Detailed Description

This will be a single center, prospective, single blind, randomized controlled trial of hip, glenohumeral joint, peri-tendinous biceps brachii, and subacromial/subdeltoid bursa injections comparing the efficacy of particulate (triamcinolone, betamethasone) versus non-particulate (dexamethasone) corticosteroids.

Participants will be recruited for the study by trained physicians and physician extenders at Stanford orthopedic and PM&R clinics only after they have already opted for corticosteroid injection as a part of their routine medical care. The initial decision to pursue steroid injection will be based entirely on joint decision making between the patient and their medical provider prior to mention of the study.
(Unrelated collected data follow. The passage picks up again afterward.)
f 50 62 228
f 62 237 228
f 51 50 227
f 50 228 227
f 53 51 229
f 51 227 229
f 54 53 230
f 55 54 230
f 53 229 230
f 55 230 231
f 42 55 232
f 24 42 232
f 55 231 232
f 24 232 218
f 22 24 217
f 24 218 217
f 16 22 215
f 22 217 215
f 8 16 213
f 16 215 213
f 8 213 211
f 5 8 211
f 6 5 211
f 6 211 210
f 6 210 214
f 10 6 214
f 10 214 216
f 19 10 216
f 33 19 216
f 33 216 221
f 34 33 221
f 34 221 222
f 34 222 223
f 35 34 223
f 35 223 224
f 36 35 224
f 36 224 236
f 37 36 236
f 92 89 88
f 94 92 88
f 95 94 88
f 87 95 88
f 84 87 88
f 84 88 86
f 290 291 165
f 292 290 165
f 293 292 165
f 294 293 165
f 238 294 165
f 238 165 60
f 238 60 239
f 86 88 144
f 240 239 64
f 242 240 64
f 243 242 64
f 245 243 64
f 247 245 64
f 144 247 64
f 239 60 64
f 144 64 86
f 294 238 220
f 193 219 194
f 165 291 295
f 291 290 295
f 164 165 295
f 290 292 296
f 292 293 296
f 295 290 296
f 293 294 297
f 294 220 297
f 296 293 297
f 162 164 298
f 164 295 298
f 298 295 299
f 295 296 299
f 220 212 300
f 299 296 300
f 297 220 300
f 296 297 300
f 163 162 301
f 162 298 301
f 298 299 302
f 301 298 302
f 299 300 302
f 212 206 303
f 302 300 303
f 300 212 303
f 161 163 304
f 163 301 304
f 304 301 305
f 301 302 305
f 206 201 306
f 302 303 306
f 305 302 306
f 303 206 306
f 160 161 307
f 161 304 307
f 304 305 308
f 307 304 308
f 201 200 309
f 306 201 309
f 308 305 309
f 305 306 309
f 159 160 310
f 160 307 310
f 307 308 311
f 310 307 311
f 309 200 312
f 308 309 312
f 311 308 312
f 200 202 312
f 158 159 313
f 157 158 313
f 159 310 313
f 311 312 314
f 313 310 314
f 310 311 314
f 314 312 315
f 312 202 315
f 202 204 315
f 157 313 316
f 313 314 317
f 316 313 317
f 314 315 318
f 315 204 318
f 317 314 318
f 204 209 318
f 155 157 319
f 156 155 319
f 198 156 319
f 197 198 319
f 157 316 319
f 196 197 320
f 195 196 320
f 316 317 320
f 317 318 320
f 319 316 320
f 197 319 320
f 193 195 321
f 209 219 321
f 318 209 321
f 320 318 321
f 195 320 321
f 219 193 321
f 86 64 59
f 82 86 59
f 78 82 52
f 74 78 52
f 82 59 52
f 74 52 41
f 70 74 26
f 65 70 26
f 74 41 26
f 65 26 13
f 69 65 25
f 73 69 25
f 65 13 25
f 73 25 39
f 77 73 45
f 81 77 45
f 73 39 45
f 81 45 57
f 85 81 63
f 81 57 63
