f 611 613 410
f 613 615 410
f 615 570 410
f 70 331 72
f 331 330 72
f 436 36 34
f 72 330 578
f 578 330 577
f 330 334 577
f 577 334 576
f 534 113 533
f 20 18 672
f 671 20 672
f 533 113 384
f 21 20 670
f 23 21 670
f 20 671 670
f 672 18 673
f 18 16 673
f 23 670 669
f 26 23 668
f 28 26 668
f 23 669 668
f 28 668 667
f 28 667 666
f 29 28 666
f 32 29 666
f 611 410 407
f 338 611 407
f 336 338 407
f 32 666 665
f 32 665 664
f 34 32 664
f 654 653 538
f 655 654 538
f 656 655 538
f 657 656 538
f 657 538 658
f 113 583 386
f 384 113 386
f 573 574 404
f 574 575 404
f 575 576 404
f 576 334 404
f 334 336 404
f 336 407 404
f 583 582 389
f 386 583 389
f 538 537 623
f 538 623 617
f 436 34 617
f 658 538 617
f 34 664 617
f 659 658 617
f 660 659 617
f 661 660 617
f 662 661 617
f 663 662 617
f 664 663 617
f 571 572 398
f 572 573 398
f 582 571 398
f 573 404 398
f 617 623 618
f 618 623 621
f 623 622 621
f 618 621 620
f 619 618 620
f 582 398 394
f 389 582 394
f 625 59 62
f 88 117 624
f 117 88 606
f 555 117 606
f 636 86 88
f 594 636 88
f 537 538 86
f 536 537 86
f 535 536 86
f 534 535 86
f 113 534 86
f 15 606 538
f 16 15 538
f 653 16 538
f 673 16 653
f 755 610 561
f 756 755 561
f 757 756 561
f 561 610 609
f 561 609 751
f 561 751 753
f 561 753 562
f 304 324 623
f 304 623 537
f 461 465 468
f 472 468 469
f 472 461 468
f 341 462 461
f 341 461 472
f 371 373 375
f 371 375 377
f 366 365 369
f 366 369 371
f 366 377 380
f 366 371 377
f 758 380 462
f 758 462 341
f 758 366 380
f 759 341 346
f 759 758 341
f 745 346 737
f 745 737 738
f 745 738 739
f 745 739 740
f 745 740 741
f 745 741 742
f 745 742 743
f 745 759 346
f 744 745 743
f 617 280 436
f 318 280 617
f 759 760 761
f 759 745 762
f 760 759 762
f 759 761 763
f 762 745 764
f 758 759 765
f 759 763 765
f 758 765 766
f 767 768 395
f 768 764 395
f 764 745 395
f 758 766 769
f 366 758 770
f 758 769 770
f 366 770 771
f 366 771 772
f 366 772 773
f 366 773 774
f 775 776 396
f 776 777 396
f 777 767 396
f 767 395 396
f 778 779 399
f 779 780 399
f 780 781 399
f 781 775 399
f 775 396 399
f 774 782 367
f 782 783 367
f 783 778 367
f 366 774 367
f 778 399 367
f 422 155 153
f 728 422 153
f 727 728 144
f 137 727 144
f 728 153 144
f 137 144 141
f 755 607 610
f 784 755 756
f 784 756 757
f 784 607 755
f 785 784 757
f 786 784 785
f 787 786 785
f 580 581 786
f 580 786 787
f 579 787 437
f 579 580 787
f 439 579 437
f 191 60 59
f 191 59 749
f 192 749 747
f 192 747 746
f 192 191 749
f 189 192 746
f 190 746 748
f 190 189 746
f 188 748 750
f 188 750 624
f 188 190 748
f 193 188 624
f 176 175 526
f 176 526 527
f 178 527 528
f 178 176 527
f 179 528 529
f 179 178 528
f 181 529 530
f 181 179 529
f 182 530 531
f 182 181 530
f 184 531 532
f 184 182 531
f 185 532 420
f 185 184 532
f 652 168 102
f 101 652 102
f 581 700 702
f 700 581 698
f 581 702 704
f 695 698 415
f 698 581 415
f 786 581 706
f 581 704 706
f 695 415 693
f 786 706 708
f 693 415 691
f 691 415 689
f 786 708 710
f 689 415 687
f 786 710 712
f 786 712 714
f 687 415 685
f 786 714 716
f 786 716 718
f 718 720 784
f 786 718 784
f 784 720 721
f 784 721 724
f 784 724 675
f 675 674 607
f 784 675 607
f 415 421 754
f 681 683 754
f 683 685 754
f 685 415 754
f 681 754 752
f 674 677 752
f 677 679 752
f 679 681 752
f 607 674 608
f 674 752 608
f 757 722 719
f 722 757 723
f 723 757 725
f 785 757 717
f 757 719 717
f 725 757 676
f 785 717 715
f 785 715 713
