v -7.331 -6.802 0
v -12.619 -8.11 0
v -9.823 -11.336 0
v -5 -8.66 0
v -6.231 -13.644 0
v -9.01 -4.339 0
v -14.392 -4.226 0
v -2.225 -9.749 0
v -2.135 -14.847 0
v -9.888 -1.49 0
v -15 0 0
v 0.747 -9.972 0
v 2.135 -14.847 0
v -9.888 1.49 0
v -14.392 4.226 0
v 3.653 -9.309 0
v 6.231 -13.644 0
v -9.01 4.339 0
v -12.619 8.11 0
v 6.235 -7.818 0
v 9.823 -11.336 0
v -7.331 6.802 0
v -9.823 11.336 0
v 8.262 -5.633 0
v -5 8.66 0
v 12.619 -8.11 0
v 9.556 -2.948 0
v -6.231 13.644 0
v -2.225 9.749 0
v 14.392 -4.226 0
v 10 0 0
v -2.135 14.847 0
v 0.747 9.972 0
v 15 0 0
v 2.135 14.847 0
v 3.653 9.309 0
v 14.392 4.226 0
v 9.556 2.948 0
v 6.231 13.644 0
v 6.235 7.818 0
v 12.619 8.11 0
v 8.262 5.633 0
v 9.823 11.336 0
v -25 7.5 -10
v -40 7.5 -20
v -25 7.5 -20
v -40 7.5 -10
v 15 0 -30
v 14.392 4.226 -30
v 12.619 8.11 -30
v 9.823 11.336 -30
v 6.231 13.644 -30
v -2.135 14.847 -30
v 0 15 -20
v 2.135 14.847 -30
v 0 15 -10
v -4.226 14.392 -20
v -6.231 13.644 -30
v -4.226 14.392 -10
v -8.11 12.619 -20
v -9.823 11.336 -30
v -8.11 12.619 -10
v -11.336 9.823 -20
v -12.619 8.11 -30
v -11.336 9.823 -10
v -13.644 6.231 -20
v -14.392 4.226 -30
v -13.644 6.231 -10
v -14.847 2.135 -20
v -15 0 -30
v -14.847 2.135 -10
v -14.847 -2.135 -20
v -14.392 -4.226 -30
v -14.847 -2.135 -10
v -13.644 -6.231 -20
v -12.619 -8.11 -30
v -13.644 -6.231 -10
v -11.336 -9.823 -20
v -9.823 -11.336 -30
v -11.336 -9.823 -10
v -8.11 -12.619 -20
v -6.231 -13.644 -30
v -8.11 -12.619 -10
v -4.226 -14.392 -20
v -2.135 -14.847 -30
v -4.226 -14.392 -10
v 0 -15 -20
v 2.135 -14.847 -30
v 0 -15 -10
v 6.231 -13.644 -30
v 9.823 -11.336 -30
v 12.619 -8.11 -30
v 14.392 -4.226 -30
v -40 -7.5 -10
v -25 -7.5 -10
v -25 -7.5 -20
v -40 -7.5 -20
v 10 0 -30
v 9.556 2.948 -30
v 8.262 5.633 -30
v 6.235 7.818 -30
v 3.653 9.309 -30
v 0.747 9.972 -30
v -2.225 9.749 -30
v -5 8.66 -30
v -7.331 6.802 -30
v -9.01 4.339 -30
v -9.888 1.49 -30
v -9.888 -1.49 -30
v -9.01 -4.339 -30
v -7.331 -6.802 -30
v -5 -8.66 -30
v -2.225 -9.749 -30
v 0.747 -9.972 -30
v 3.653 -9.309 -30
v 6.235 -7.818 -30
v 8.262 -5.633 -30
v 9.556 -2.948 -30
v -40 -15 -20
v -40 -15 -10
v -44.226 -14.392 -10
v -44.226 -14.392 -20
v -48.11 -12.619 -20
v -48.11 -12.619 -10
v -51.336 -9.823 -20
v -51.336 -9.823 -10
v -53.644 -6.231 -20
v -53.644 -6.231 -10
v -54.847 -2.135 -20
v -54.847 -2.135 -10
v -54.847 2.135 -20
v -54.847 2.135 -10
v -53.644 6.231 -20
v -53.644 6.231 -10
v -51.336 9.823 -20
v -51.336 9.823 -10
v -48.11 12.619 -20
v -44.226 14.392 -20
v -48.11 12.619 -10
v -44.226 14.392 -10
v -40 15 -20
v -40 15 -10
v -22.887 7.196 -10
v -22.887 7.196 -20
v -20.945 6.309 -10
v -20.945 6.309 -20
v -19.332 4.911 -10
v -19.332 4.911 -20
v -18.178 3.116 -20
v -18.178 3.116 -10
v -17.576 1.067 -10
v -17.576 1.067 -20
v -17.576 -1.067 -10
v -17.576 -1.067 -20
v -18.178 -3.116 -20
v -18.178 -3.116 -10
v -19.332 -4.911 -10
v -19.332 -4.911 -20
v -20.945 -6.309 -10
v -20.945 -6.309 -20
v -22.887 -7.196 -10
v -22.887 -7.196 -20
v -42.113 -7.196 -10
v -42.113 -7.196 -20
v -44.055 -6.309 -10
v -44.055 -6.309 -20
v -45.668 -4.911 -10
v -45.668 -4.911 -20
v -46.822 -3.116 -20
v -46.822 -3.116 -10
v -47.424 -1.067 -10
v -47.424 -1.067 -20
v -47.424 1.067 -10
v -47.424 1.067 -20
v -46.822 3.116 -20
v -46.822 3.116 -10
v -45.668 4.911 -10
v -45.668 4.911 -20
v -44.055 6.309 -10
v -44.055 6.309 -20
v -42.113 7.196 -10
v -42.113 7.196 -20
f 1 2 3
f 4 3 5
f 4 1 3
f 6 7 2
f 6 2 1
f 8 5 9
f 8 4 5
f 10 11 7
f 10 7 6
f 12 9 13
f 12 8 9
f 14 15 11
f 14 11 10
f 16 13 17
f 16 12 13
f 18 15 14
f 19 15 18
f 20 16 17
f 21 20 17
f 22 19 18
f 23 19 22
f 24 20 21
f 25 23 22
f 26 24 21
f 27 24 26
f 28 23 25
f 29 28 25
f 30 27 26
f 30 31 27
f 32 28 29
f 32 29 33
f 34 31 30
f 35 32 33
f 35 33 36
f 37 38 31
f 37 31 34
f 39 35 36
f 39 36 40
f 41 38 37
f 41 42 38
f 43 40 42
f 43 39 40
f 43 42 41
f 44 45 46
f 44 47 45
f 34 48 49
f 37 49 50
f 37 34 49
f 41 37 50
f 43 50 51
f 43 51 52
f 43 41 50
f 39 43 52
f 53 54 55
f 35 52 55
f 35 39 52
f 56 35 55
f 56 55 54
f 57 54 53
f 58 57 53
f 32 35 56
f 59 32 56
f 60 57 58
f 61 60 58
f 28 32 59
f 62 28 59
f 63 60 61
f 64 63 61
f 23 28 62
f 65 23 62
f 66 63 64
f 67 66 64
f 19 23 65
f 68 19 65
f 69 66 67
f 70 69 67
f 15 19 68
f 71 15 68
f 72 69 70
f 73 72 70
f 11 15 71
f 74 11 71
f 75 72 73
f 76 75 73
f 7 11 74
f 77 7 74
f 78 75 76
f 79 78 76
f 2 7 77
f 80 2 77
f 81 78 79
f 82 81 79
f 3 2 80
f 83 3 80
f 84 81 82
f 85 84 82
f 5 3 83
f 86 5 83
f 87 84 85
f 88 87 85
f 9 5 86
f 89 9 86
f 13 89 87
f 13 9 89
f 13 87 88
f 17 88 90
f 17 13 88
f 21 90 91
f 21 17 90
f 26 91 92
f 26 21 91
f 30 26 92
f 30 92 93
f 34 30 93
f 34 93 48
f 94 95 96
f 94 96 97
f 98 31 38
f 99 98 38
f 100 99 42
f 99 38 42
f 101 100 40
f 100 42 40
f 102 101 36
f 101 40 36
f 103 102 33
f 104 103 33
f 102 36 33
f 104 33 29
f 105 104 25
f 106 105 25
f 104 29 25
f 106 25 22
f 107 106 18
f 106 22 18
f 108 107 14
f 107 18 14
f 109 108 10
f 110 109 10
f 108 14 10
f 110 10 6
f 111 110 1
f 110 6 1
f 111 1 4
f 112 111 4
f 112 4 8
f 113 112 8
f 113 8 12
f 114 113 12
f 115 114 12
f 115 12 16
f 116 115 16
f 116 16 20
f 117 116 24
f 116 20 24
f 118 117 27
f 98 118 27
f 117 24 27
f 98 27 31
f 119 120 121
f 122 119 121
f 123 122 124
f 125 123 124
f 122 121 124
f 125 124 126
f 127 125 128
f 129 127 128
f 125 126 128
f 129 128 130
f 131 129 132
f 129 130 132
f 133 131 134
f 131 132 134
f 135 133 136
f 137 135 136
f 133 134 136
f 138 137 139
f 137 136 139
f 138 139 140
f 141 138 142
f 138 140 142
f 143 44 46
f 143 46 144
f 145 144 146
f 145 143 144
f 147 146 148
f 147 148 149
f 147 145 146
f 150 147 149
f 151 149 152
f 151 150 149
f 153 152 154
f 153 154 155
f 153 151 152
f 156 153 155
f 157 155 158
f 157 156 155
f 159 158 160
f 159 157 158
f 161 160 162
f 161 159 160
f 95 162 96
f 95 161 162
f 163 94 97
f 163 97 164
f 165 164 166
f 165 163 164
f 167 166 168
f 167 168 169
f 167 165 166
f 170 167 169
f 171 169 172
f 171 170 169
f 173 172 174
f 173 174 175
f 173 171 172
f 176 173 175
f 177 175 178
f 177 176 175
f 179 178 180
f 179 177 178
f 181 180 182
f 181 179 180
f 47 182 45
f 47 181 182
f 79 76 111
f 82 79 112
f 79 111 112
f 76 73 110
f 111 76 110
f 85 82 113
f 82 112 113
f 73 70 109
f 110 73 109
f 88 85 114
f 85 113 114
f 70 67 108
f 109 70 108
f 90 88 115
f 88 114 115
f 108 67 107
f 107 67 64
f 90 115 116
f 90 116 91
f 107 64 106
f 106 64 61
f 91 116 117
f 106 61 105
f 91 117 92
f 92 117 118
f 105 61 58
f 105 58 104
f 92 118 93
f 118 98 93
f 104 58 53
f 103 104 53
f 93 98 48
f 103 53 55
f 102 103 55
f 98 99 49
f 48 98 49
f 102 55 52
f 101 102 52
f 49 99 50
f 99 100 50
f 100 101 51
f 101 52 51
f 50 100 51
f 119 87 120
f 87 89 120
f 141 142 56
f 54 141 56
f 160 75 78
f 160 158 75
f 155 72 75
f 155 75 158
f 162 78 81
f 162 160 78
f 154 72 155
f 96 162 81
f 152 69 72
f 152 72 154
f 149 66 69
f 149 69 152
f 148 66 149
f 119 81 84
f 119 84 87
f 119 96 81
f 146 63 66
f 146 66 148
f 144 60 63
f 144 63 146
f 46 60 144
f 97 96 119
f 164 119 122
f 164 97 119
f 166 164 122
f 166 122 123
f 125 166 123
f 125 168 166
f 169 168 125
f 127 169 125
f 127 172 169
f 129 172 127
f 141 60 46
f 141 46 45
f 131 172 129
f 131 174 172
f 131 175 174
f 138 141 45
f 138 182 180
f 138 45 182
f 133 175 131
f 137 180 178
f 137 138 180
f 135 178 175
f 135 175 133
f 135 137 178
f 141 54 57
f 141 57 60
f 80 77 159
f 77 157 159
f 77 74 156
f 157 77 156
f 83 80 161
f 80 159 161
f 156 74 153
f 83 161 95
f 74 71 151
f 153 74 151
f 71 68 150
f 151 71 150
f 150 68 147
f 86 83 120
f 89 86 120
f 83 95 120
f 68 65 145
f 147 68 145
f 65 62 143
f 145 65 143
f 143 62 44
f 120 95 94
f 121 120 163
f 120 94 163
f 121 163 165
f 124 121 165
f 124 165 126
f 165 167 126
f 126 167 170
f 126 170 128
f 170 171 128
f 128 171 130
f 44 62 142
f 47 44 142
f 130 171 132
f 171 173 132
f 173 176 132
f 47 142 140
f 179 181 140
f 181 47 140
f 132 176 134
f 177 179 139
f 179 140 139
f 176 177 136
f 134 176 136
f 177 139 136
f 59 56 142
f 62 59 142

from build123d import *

# Parameters (mm, degrees)
SKETCH1_R           = 15
SKETCH1_R_2         = 10
BOSS_EXTRUDE1_DEPTH = 30
BOSS_EXTRUDE2_DEPTH = 5


with BuildPart() as part:
    # Sketch1 → Boss-Extrude1 (new body)
    with BuildSketch(Plane.XY):
        Circle(SKETCH1_R)
        Circle(SKETCH1_R_2, mode=Mode.SUBTRACT)
    extrude(amount=-BOSS_EXTRUDE1_DEPTH)

    # Sketch2 → Boss-Extrude2 (add, symmetric)
    with BuildSketch(Plane.XY.offset(-15)):
        with BuildLine():
            Line((-40, 15), (0, 15))
            ThreePointArc((0, 15), (-15, 0), (0, -15))
            Line((0, -15), (-40, -15))
            ThreePointArc((-40, -15), (-55, 0), (-40, 15))
        make_face()
        with BuildLine():
            Line((-40, 7.5), (-25, 7.5))
            ThreePointArc((-25, 7.5), (-17.5, 0), (-25, -7.5))
            Line((-25, -7.5), (-40, -7.5))
            ThreePointArc((-40, -7.5), (-47.5, 0), (-40, 7.5))
        make_face(mode=Mode.SUBTRACT)
    extrude(amount=BOSS_EXTRUDE2_DEPTH, both=True)


solid = part.part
After consenting, basic demographic data, average numeric pain score (NRS) over the past week, and information on other medical interventions tried for their pain (including medication use, physical therapy, chiropractic care, and massage) will be collected. The participant will then be randomized to receive either a particulate (triamcinolone or betamethasone) or non-particulate (dexamethasone) corticosteroid, both of which are within current standards of care. Ultrasound or fluoroscopic guided injection will then be completed using sterile technique as per current clinic practice.

After the injection, patients will follow up in clinic or over the phone at 2 weeks, 3 months, and 6 months and will be asked their average NRS over the past week, functional questionnaires appropriate to pertinent body parts (WOMAC, ASES, QDASH), other treatments they have tried in the interim, and for any side effects they have experienced. In addition to obtaining outcome measures, the treating physicians may order repeat injections, medications, or refer the subject to surgery, at their discretion based upon the patient's pain and functional limitations. Up to a total of three injections to the same musculoskeletal structure are allowed during the 6 month study period. Any injection into a separate space (i.e. glenohumeral joint followed by subdeltoid bursa) will be considered different structures, and follow up for the new anatomical site will begin at the time of that injection. Data collection and follow up on the previous anatomical injection site will continue on the same timeline. Data on number and timing of repeat injections, surgeries, side effects, and medications will be recorded as part of the study.

Study Type

Interventional

Enrollment (Anticipated)

198

Phase

  • Phase 4

Contacts and Locations

This section provides the contact details for those conducting the study, and information on where this study is being conducted.

Study Locations

    • California
      • Redwood City, California, United States, 94063
        • Recruiting
        • Stanford University

Participation Criteria

Researchers look for people who fit a certain description, called eligibility criteria. Some examples of these criteria are a person's general health condition or prior treatments.

Eligibility Criteria

Ages Eligible for Study

18 years and older (Adult, Older Adult)

Accepts Healthy Volunteers

No

Genders Eligible for Study

All

Description

Inclusion Criteria:

  • Age greater than or equal to 18
  • Ability to provide informed consent
  • Capable of complying with the outcome instruments used
  • Capable of attending all planned follow up visits
  • Patient is deemed appropriate for intra-articular hip, glenohumeral, peri-tendinous biceps, or subdeltoid bursa corticosteroid injection by their treating physician for the treatment of painful musculoskeletal condition
  • Average pain of greater than or equal to 4/10 over the last 7 days

Exclusion Criteria:

  • Unclear diagnosis
  • Pregnancy
  • Incarcerated patients
  • Prior corticosteroid injection into the same anatomical site within the last 3 months
  • Prior prosthetic surgery on the joint
  • Any condition that increases injection risk such as bleeding tendencies, uncontrolled diabetes, current active infection, or infection requiring antibiotics within the last 7 days
  • Chronic opioid use to control pain
  • Workers compensation and litigation
  • BMI > 40

Study Plan

This section provides details of the study plan, including how the study is designed and what the study is measuring.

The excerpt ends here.